Many of us smiled excitedly watching exotic prototype robots perform what we still call “human tasks.” It can be as simple as preparing a cup of coffee or as complicated as really sophisticated machinery. As we move into the future, will our smiles persist? That is unknown, but the agitation from rapid, often greed-driven jumps in artificial intelligence makes sense like it never has before.
AI is sweeping the corporate world. By the end of March, tens of employees at the Tokyo-based Fukoku Mutual Life Insurance will be made redundant after they are replaced with an IBM AI system designed to “increase productivity and return on investment.” Wealthy executives of Carl’s Jr. and Wendy’s, two fast-food chains that run thousands of restaurants worldwide, were angered by the rising cost of the minimum wage and decided to take similar steps. Uber started a pilot program in September deploying self-driving cars in Pittsburgh, which could jeopardize the livelihoods of more than 1 million drivers already working as independent contractors worldwide.
Deployments of AI in the workplace so far have had two striking commonalities: laying off a significant share of the human workforce and a declared motivation of increasing profit more and more. But The Economist’s deputy editor, Tom Standage, still can’t find any signs of mass unemployment resulting from such moves. He further adds that AI would help humans shift from routine to nonroutine tasks. What nonroutine tasks? Standage suggests two: bot-wrangling — maintaining the robots — and virtual fashion designers. Bot-wrangling? A nonroutine job indeed.
Novel technological advancements have always been accompanied by new challenges; no new news here. But here lie crucial questions: what makes progress “progress”? And what are the factors that would make certain scientific breakthroughs irritate some scientists?
The predominant philosophy behind technological advancements during the last several decades has been either lacking or disoriented. Equally important, the economic framework hosting many of these advancements provided a fertile soil for that disorientation. As a computational science student who works in AI every day, I am not a neo-Luddite but a firm believer in the indispensability of scientific progression. Whether it is a mini robotic implant to prevent heart failure or Siri setting a morning alarm, technology is meant to bring convenience and universal benefit. But various leading forces behind technological developments have placed profit, and often profit only, first.

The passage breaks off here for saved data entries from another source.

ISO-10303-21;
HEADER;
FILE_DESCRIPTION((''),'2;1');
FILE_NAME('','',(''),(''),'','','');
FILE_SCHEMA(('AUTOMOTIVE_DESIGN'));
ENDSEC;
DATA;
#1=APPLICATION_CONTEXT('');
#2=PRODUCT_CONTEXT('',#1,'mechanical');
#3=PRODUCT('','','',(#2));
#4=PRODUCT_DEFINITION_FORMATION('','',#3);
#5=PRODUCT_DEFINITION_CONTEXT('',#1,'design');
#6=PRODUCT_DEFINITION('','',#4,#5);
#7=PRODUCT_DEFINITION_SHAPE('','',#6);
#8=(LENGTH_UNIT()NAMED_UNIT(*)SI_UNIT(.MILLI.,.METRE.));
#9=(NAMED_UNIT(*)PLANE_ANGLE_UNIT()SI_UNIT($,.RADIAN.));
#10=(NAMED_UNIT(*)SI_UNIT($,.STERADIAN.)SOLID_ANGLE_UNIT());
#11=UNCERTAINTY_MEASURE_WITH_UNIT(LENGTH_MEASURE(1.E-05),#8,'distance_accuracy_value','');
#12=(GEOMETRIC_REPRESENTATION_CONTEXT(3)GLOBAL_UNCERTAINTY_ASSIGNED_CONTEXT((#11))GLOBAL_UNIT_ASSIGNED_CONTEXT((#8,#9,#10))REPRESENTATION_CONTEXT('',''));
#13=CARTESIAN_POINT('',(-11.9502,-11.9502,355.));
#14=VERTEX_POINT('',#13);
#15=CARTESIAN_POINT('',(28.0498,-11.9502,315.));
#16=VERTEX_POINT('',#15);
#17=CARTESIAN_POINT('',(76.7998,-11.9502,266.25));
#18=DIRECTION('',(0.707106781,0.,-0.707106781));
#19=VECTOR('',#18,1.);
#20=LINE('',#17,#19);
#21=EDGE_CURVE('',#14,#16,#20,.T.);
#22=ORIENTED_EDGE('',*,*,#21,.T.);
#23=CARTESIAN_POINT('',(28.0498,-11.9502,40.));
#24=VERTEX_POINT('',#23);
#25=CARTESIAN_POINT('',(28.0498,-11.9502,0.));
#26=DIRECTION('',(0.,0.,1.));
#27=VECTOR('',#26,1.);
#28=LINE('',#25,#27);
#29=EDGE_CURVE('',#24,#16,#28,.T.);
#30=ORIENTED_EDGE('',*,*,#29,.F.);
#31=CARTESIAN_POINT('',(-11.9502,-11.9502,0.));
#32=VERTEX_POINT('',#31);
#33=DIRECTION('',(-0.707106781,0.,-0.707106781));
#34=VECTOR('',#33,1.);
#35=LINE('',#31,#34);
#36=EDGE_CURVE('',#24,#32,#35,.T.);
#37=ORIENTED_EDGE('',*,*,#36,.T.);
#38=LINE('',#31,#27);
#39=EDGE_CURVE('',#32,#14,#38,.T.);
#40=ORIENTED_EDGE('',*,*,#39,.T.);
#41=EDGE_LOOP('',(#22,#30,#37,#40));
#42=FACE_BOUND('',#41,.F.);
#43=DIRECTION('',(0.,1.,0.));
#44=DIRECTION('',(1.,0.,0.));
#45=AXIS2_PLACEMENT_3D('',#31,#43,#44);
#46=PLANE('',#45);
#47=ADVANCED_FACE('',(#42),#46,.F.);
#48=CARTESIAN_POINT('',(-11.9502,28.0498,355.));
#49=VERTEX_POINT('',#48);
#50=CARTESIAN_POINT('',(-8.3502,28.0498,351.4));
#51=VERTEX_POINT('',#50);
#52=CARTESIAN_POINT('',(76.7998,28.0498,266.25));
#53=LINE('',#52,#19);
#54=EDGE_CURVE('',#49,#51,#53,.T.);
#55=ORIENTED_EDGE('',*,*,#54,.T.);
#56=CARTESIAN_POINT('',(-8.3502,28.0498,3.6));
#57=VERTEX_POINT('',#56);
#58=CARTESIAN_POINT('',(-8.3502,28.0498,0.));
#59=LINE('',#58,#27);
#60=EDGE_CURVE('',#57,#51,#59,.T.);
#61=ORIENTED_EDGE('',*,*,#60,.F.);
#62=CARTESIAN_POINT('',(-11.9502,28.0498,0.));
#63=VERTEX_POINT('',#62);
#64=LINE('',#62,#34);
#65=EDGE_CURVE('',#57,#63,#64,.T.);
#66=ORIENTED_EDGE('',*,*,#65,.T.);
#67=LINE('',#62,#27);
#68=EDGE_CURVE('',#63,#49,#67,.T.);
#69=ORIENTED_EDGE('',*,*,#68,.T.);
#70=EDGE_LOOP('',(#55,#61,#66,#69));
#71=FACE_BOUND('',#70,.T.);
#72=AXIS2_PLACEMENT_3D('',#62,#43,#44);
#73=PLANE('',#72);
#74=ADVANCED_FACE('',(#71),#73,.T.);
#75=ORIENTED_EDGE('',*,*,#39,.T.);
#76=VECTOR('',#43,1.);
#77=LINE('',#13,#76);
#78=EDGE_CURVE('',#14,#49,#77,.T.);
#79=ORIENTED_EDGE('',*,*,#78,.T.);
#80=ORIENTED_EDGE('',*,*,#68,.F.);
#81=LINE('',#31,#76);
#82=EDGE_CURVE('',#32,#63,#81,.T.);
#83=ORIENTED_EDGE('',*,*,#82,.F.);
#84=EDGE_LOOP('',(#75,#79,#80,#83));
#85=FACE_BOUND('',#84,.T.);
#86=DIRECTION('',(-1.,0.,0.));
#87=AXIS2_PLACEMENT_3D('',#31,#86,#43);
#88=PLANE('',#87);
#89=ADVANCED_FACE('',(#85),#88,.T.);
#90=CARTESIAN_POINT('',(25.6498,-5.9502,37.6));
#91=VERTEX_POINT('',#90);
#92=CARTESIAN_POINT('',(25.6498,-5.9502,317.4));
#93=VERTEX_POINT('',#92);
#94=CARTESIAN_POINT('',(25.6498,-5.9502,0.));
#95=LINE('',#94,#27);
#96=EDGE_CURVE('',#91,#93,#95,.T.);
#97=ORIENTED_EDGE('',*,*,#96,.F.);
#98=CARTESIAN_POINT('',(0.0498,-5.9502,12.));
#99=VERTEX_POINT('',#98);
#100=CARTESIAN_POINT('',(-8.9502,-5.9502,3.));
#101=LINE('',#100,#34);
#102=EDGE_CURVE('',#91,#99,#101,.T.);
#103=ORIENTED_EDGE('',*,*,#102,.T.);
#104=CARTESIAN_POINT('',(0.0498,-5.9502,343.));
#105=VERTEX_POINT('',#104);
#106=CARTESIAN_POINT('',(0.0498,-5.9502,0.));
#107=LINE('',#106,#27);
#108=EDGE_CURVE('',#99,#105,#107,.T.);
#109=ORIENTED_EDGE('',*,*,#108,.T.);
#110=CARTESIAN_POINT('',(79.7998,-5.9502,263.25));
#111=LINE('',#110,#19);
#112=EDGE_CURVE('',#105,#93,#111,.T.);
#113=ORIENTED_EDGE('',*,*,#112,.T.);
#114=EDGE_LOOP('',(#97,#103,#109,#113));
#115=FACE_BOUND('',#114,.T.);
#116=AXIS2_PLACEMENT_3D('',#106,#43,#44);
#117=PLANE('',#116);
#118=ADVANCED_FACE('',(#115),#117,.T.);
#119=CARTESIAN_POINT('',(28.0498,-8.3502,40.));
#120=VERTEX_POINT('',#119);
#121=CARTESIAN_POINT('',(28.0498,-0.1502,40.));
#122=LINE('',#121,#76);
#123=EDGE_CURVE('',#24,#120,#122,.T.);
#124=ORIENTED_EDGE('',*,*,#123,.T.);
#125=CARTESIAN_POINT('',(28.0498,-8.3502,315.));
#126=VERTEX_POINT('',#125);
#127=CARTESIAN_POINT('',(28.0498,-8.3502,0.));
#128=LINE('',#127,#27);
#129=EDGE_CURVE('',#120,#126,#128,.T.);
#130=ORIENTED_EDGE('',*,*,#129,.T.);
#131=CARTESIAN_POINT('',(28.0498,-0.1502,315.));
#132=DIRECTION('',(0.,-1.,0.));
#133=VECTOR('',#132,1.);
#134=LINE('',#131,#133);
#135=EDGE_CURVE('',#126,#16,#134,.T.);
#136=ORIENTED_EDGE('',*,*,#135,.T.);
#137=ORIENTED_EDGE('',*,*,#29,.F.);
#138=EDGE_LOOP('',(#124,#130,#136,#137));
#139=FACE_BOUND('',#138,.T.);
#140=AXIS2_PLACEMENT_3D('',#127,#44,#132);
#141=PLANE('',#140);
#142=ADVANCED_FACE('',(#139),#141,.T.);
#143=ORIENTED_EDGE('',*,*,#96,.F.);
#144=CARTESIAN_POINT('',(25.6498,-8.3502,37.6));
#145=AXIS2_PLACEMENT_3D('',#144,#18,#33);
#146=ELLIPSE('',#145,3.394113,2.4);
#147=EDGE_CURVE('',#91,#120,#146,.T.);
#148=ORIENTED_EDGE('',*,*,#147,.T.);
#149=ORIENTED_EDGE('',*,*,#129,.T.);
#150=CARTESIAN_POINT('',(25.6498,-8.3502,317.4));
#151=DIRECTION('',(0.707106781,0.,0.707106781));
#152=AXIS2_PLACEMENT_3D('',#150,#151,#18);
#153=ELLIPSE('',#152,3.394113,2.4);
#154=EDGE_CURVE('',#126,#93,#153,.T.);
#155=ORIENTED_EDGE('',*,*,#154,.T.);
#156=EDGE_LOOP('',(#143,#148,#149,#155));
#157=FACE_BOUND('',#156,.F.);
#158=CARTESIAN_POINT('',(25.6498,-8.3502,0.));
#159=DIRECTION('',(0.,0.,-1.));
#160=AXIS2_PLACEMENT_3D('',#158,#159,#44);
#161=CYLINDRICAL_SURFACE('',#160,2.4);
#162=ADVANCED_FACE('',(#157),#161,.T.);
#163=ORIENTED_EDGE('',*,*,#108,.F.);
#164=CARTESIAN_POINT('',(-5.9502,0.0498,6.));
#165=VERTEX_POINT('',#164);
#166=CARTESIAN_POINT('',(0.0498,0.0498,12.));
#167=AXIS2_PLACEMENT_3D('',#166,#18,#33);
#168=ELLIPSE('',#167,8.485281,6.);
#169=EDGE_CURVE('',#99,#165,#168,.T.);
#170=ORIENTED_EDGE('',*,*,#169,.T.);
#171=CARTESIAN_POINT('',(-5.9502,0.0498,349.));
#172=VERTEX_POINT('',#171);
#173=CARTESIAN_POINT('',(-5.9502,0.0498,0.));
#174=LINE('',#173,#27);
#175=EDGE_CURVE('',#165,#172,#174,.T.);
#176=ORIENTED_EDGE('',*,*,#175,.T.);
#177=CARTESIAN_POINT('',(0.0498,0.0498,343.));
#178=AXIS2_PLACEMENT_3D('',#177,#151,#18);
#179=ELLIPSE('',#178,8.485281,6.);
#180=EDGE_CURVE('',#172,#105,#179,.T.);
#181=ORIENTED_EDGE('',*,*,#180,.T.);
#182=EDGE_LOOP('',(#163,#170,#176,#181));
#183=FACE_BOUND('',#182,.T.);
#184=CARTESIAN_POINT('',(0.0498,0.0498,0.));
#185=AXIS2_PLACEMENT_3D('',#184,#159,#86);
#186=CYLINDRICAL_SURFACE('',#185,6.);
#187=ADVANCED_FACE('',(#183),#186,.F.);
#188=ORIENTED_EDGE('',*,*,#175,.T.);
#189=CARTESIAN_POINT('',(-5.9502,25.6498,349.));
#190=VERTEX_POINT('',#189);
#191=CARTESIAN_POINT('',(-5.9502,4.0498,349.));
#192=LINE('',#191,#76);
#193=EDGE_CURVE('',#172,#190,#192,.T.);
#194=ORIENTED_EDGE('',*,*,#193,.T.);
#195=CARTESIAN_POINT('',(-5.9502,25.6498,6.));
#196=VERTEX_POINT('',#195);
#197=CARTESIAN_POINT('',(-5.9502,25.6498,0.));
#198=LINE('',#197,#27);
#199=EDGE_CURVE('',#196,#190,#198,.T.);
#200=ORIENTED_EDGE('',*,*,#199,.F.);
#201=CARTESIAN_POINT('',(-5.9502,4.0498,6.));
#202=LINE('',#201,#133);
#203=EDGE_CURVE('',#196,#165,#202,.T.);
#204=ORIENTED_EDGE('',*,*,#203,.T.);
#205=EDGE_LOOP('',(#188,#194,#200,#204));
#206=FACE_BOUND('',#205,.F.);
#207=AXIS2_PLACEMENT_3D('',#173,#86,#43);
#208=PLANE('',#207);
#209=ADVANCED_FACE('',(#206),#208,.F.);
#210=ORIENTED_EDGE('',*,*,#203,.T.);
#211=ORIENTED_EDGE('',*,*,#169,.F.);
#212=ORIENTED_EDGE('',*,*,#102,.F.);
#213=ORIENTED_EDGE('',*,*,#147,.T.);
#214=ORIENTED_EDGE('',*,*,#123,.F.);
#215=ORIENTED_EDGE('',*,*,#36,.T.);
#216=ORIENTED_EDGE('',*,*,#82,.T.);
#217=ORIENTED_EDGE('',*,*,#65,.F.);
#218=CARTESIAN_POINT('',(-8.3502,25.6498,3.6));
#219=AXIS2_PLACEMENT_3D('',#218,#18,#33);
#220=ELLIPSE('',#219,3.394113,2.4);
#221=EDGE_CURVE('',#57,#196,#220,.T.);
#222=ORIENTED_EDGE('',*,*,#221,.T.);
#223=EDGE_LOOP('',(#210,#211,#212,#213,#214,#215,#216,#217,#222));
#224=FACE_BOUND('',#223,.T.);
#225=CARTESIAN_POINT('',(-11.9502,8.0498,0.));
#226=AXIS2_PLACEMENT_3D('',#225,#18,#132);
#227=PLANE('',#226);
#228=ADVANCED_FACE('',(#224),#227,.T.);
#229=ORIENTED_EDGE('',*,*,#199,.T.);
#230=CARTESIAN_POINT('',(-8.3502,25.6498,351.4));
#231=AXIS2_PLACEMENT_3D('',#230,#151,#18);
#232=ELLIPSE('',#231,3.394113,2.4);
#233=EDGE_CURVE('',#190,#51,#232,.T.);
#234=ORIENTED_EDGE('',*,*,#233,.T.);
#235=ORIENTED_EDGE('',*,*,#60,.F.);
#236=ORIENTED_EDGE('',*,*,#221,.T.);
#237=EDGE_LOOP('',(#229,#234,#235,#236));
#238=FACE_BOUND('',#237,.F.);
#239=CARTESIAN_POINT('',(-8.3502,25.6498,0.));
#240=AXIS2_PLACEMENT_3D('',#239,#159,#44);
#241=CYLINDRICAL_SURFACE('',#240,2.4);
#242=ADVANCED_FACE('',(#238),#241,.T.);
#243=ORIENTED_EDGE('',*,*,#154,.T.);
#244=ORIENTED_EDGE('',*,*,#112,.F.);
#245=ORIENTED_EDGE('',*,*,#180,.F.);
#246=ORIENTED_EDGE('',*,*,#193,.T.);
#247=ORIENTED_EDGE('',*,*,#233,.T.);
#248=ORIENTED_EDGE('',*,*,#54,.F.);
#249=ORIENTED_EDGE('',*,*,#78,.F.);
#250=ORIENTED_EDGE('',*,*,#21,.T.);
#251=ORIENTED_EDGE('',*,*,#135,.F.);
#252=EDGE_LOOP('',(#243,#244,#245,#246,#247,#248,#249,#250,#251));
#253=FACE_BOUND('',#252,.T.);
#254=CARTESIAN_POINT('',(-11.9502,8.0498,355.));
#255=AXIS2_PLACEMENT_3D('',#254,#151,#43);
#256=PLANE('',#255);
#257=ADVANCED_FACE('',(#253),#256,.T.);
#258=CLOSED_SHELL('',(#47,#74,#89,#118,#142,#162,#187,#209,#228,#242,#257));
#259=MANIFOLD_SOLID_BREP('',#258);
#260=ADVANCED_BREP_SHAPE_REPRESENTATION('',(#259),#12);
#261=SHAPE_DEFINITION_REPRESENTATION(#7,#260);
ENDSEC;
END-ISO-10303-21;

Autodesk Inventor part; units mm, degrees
ref_plane "Start Plane" through (0, 0, 0) normal (0, 0, 1) x (1, 0, 0)
ref_plane "End Plane" through (0, 0, 355) normal (0, 0, 1) x (1, 0, 0)
sketch "Sketch" plane through (0, 0, 0) normal (0, 0, 1) x (1, 0, 0)
  line L0 (-5.9502, 0.0498) -> (-5.9502, 25.6498)
  line L1 (-11.9502, 28.0498) -> (-8.3502, 28.0498)
  line L2 (-11.9502, -11.9502) -> (-11.9502, 28.0498)
  line L3 (-11.9502, -11.9502) -> (28.0498, -11.9502)
  line L4 (28.0498, -8.3502) -> (28.0498, -11.9502)
  line L5 (0.0498, -5.9502) -> (25.6498, -5.9502)
  arc A0 (-5.9502, 0.0498) -> (0.0498, -5.9502) centre (0.0498, 0.0498) ccw
  arc A1 (-5.9502, 25.6498) -> (-8.3502, 28.0498) centre (-8.3502, 25.6498) ccw
  arc A2 (28.0498, -8.3502) -> (25.6498, -5.9502) centre (25.6498, -8.3502) ccw
  line L6 (0, 36.6463) -> (0, -20.0496) construction
  line L7 (-20.0496, 0) -> (36.6463, 0) construction
  point P0 (-5.9502, -5.9502)
  point P1 (-5.9502, 28.0498)
  point P2 (28.0498, -5.9502)
  dimension "d4" = 40
  dimension "d6" = 40
  dimension "d8" = 6
  dimension "d10" = 6
  dimension "d17" = 6
  dimension "d18" = 2.4
  dimension "d19" = 11.9502
  dimension "d20" = 11.9502
extrude "Body" add sketch "Sketch" along normal up to surface (355 mm away) from surface at 0
sketch "Sketch3" plane through (0, 0, 0) normal (0, 0, 1) x (1, 0, 0)
  line L0 (0, 0) -> (10, 0)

As scientists, we have lessons to learn from history before getting into our labs. Several Manhattan Project scientists wrestled with remorse after they succumbed to their contemporary surrounding frameworks and overlooked, or didn’t discern, the catastrophic consequences of pushing the nuclear project forward. Contemporary scientists should not step on the same rake and obliviously push AI in the wrong direction. At the end of the day, scientific breakthroughs that lack a keen underlying philosophy would lead to misplaced ends.
Economically, technology has catalyzed widening the gap between rich and poor. While information sharing has become easier, the predominant conception that was ingrained in us during (the very, very liberal arts) college years of how technology would narrow the gap between the haves and the have-nots is highly questionable. Oxfam reports earlier this month that eight of the wealthiest individuals in the world, five of whom head tech-related corporations, garnered wealth as much as half the human race. Gentrification in Silicon Valley ranks among the top in the United States. Amnesty suggests that a number of tech giants, including $605 billion Apple, profit massively from child labor in cobalt mines of Congo. And the list of offenses goes on. Expecting that advancements in a lucrative field such as AI, funneled through the same channels and driven by the same economic principles would move in a different direction is nothing less than ludicrous.
Moley Robotics unveiled its robot chef last year and Philippa Oldham of Newsweek predicts that driverless cars are inevitably going to become the future of transportation. Imagine that robots would be managing Commons and driving Yale’s night shuttles in 2025. Our campus won’t only be less diverse, but also bleaker. After all, Yale without its dining hall staff, shuttle drivers and maintenance workers is not Yale. These working men and women would deserve better compensations rather than being replaced by human-made robotic artifacts — if that ever would be an option. Ms. Oldham’s inevitable can be avoidable at Yale and elsewhere; let’s work to make it so.